The Quartet of Conduit Pots
The shock of Fall, when the garden that looks like this in July....
...looks like this in mid-December.
Instead of billowing voluptuousness—crowded foliage and flowers, fleets of containers—there are now mostly sticks, how-much-mess to be raked up—and what
are those black spiral things? (Which were right there in the high Summer picture, but barely visible amid all the surf of foliage and the distraction of flowers. Go ahead: take another look in the Summer picture above. I'll wait.)
The black spiral things are the black "conduit" pots. And yes, they're on stands. They get emptied, dismantled, and brought under cover for the Winter; the front-left one is already half-way in transit.
The structural stuff first, then the "Why-the-hell-would-anyone-want-that?" stuff.
The spiral part is a section of big galvanized-steel culvert, power-coated black.
It's two feet in diameter—big enough to hold a 25-gallon black nursery pot.
Take out the nursery pot, and you can see that the spiral conduit just fits onto a round black-steel stand.
The stand, in turn...
...is poked down into and atop a yew.
That yew is the end of a hedge of yews (in this case heading out to the left). The hedge itself will be ten feet tall (someday); right now it's small and gappy and barely three feet tall.
PICTURE When the hedge IS ten feet tall, and full and happy, the end yew under the black-steel stand will have filled out as well, completely hiding the stand. The section of spiral conduit will look like a crazy (in a good way) pot sitting on a low yew at the end of the hedge. A garden version of a newel post at the end of a balastrade.
With all four of the conduit pots in the carriage house for the Winter, the long axis of the garden is more quiet. And with the brush raked—tomorrow I promise—the gentle Winter collapse of the beds on either side is, actually, a nice contrast. Order and geometry flanked by Winter-induced chaos.
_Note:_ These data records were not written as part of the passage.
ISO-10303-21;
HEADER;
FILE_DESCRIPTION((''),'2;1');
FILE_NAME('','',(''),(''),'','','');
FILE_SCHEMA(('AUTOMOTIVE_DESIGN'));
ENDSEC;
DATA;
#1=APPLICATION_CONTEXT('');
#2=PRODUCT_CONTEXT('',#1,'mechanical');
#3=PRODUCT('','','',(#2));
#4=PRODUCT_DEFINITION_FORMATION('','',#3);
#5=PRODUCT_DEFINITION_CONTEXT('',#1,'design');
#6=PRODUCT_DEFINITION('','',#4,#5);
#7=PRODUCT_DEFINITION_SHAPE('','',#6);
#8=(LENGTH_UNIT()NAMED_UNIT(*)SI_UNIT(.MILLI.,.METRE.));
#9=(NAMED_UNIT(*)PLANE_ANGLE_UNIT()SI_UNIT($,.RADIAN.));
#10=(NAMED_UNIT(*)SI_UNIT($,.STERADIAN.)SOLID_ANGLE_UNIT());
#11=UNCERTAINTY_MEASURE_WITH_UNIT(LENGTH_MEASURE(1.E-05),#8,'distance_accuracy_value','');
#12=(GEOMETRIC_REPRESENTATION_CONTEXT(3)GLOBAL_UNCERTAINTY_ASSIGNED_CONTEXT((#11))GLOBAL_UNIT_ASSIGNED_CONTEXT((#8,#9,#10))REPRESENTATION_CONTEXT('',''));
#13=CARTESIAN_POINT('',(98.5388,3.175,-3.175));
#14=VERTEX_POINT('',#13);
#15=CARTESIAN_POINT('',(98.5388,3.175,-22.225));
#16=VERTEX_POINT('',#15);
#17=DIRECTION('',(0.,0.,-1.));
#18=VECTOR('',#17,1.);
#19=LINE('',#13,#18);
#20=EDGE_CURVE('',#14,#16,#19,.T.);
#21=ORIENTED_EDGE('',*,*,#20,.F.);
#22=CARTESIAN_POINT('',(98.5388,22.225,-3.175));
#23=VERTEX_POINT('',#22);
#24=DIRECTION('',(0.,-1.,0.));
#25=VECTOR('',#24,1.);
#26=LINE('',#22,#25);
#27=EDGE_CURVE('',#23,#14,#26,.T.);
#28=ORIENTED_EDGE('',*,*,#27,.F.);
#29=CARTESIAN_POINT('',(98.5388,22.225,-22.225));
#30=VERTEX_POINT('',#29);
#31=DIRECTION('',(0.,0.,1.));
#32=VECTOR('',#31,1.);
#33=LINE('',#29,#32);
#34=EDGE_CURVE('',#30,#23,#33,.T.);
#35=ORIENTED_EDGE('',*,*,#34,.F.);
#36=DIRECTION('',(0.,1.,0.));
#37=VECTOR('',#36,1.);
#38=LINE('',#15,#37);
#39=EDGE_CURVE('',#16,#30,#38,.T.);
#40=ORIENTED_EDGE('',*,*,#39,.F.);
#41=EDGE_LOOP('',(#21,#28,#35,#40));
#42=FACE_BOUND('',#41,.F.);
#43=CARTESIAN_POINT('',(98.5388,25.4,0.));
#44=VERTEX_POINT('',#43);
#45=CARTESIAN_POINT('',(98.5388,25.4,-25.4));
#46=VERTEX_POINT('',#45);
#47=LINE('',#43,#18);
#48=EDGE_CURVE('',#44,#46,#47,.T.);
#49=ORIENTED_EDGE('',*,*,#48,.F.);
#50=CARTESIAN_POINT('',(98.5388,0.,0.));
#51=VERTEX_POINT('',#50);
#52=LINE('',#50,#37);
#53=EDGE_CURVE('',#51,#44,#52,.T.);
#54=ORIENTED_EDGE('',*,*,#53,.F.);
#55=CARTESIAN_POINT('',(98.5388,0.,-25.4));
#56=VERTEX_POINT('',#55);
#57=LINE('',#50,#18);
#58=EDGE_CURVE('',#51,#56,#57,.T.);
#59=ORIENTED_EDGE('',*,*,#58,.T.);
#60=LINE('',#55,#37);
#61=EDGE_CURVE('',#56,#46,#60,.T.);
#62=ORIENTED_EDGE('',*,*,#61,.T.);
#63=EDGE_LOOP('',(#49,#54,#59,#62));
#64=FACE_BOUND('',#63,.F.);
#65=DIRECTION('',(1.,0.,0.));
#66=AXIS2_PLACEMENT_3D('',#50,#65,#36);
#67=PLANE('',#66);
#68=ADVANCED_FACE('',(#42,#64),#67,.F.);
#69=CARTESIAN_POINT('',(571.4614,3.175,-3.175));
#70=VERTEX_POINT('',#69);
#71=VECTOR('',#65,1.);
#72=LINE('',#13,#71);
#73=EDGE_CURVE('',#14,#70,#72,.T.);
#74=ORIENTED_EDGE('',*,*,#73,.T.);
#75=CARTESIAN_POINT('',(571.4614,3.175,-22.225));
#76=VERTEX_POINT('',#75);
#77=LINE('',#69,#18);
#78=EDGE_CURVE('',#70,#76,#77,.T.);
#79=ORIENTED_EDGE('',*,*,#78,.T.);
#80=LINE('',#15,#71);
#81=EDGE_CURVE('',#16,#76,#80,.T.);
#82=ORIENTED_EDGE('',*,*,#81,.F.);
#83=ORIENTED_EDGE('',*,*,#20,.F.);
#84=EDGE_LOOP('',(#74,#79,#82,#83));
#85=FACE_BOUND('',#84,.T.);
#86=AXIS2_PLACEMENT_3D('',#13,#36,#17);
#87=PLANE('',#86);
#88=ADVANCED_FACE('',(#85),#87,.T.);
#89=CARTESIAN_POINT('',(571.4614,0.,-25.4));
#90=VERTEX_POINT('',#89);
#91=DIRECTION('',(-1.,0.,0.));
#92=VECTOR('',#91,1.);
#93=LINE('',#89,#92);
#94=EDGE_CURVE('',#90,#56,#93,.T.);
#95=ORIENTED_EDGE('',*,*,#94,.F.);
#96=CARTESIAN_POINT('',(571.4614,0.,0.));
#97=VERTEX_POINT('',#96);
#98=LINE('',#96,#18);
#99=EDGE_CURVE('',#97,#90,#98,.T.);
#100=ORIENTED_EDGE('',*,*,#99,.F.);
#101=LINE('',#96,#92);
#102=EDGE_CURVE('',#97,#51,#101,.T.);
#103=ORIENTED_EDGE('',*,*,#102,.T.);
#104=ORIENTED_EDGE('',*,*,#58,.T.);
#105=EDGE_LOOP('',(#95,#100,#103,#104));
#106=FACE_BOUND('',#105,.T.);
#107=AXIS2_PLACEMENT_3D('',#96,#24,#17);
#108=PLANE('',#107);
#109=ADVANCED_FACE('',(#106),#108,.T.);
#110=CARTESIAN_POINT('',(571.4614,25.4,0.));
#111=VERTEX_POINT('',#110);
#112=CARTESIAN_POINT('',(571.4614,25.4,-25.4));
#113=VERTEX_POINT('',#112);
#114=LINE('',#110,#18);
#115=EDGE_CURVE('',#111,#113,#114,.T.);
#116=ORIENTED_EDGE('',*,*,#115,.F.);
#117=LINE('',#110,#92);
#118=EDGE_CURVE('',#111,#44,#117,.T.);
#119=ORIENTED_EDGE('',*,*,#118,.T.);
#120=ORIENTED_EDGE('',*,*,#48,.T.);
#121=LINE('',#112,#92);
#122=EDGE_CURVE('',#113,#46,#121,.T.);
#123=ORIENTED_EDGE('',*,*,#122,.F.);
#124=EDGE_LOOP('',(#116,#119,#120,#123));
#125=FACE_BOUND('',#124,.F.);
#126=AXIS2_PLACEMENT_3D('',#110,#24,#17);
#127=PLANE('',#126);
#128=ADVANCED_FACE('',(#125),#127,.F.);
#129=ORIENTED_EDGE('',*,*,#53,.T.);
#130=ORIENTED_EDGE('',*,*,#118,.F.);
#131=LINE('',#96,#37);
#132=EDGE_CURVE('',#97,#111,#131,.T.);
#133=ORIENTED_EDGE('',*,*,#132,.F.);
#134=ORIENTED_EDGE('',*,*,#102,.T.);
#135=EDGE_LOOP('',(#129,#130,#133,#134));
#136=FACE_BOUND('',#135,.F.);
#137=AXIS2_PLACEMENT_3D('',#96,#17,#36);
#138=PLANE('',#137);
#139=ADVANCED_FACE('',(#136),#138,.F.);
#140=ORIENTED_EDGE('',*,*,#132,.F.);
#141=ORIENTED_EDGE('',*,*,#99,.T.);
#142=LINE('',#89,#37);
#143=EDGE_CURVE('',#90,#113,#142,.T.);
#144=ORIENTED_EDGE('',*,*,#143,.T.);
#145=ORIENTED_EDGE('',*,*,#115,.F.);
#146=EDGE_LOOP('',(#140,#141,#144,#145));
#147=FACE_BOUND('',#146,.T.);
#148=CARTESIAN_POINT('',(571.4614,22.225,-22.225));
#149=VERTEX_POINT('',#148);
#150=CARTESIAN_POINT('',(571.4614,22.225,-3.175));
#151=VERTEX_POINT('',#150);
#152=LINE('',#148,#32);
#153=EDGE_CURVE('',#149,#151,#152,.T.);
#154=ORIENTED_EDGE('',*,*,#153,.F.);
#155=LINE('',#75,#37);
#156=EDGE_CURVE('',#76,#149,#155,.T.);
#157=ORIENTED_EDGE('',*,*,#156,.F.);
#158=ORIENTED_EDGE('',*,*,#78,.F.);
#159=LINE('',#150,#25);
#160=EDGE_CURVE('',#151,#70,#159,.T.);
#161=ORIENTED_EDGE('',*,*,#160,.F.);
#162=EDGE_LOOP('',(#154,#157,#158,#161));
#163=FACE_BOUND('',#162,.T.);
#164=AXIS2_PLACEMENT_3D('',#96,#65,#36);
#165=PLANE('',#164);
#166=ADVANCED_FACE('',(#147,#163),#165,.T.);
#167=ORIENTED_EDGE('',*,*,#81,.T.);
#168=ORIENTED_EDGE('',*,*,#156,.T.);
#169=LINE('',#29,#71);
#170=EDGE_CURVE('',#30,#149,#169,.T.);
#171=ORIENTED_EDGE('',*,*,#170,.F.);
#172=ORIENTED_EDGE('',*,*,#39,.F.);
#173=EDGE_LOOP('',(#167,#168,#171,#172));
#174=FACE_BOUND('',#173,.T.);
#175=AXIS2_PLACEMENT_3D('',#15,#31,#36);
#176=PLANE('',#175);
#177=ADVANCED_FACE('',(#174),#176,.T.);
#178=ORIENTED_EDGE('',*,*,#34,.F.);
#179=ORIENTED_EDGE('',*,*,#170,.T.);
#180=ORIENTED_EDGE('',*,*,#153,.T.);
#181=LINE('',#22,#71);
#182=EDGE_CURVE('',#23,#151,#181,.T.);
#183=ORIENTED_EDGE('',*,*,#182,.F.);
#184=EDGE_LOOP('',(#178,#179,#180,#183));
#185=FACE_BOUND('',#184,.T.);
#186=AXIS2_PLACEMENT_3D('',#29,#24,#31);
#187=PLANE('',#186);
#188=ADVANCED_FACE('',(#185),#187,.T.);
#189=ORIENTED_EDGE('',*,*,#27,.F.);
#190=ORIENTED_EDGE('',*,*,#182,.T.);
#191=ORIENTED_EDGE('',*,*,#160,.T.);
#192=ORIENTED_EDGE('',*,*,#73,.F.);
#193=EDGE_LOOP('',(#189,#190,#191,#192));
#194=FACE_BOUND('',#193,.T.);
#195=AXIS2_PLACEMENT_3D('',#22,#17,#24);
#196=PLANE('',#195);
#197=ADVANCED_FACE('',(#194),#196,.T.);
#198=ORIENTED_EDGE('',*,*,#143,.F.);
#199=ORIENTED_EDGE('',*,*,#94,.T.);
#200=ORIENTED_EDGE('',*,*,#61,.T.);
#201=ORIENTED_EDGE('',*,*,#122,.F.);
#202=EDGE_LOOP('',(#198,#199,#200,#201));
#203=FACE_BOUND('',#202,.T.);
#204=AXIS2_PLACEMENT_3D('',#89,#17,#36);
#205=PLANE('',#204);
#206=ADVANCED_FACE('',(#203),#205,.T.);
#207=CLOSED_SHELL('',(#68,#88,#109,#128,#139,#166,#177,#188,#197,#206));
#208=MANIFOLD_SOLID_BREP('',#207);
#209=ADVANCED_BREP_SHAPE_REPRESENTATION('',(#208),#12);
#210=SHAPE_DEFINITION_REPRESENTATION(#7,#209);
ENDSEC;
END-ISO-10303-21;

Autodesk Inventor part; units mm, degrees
sketch "Sketch1" plane through (0, 0, 0) normal (1, 0, 0) x (0, 1, 0)
  line L0 (0, 0) -> (25.4, 0)
  line L1 (25.4, 0) -> (25.4, -25.4)
  line L2 (0, 0) -> (0, -25.4)
  line L3 (0, -25.4) -> (25.4, -25.4)
  line L4 (22.225, -22.225) -> (22.225, -3.175)
  line L5 (22.225, -3.175) -> (3.175, -3.175)
  line L6 (3.175, -3.175) -> (3.175, -22.225)
  line L7 (3.175, -22.225) -> (22.225, -22.225)
  dimension "d1" = 25.4
  dimension "d5" = 25.4
  dimension "d7" = 25.4
  dimension "d8" = 3.175
ref_plane "Work Plane1" through (121.4904, -591.0492, 62.9788) normal (-1, 0, 0) x (0, -0.0011, 1)
ref_plane "Work Plane2" through (594.413, -591.0492, 62.9788) normal (1, 0, 0) x (0, 1, 0.0011)
ref_plane "Work Plane3" through (121.4904, -685.829, -0.8415) normal (-1, 0, 0) x (0, 0, 1)
ref_plane "Work Plane4" through (572.188, -685.8218, 2.3335) normal (1, 0, 0) x (0, 1, 0)
ref_plane "Work Plane5" through (571.4614, -9.58, -1.5962) normal (1, 0, 0) x (0, 1, 0)
ref_plane "Work Plane6" through (98.5388, -9.58, -1.5962) normal (-1, 0, 0) x (0, 0, 1)
extrude "Extrusion1" add sketch "Sketch1" against normal up to surface (472.9226 mm away) from surface at 571.4614 contours L0 L1 L3 L2 | L7 L6 L5 L4
ref_plane "Work Plane7" through (98.5388, -9.554, -0.8415) normal (-1, 0, 0) x (0, 0, 1)
ref_plane "Work Plane8" through (571.4614, -9.554, -0.8415) normal (1, 0, 0) x (0, 1, 0)
extrude "Extrusion2" cut sketch "Sketch1" along normal up to surface (472.9226 mm away) from surface at 98.5388 contours L7 L6 L5 L4
properties part number "15102898-16-P-0219"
But look again at the garden with the four (well three) conduits in place.
Those four pots make a rectangle; right now there're piles of brush at the center of it. But in the Summer, lots of pots are grouped around a big tender tree.
The center group and the four conduit pots set up an energy field, so to speak: They section-out some of the long axis, so it isn't
just a long axis. It's a series of more human-scaled set-pieces.
If I stand at about the center of the conduit-pot rectangle—where the tropical tree and the pots are grouped in the Summer—and at look East, I'm facing back to the house.
Between me and the house is a rose pergola spanning the axis like a huppah. And forty feet in back of that, the French doors into room at the heart of the house: the center hall with the huge fireplace. It all lines up, from the chimney right on out into the garden.
Facing West, back the other way, there's some year-round shrubbery topped in the Summer that incredible white-agave thing called a furcraea.
With the furcraea in the greenhouse for the Winter, you can see that the grass beyond it widens way out to make room for the reflecting pool. Seventy feet long, but only as wide as the grass of the axis.
In the snowy part of Winter, the young sequoia at the end is at its strongest reveal. (When the sequoia is seventy feet tall, we won't have to worry that it will show up year-round.)
With the center chimney to start, the rose pergola "huppah" as the first pause, and the furcraea the last pause before the big Reflecting Pool garden and the climactic sequoia beyond it, the quartet of conduit pots is the mid-point of the garden's biggest journey. So it's the center everything. And as such, that center needed some serious demarcation.
It wasn't enough that there's also a cross-pathway through the conduit-rectangle's center point, leading to the North, to the carriage house...
...and to the south, to a free-standing wisteria that will, in time, be backed by a ten-foot hedge of American holly.
But with the bulk and billow of the gardens themselves in warm weather, you don't notice this crosswalk until you're right at its crossing. (Which is great: it's a discovery, a surprise.) But in itself it can't help "center" the axis as you look down it.
I needed some other kind of marker for that center, that says, without a doubt: You Are Here. And so, the quartet of huge, black, spiral-steel pots, looking like they're perched on yews.
And in the Summer, their shocking prehistoric-looking plants.
Pretty good, eh? It's starting to look like the pot is, indeed, perching atop the yew. And how about those annuals?
Solanum quitoense with variegated ivy. Yum.
And early one particularly misty morning, the furry leaves catch all the dew and turn into spiny silver velvet.
Incredible! But this is, after all,
the center. Respect must be paid, and why waste the opportunity? Part of the thrill of a garden is creating the intense need to Do Something Right Here—and then going right ahead and Doing it.
But this being New England, not California, the shocking prehistoric-looking plants are only annuals, and the pots themselves will last the longest when they enjoy five months—mid-December through mid-May—out of the cold weather.
Through the long Winter and even into early Spring, then, the conduit pots are gone. The long axis is "just" a long axis, with only length to recommend it.
But at almost 500 feet, house-to-sequoia, length is its own thrill.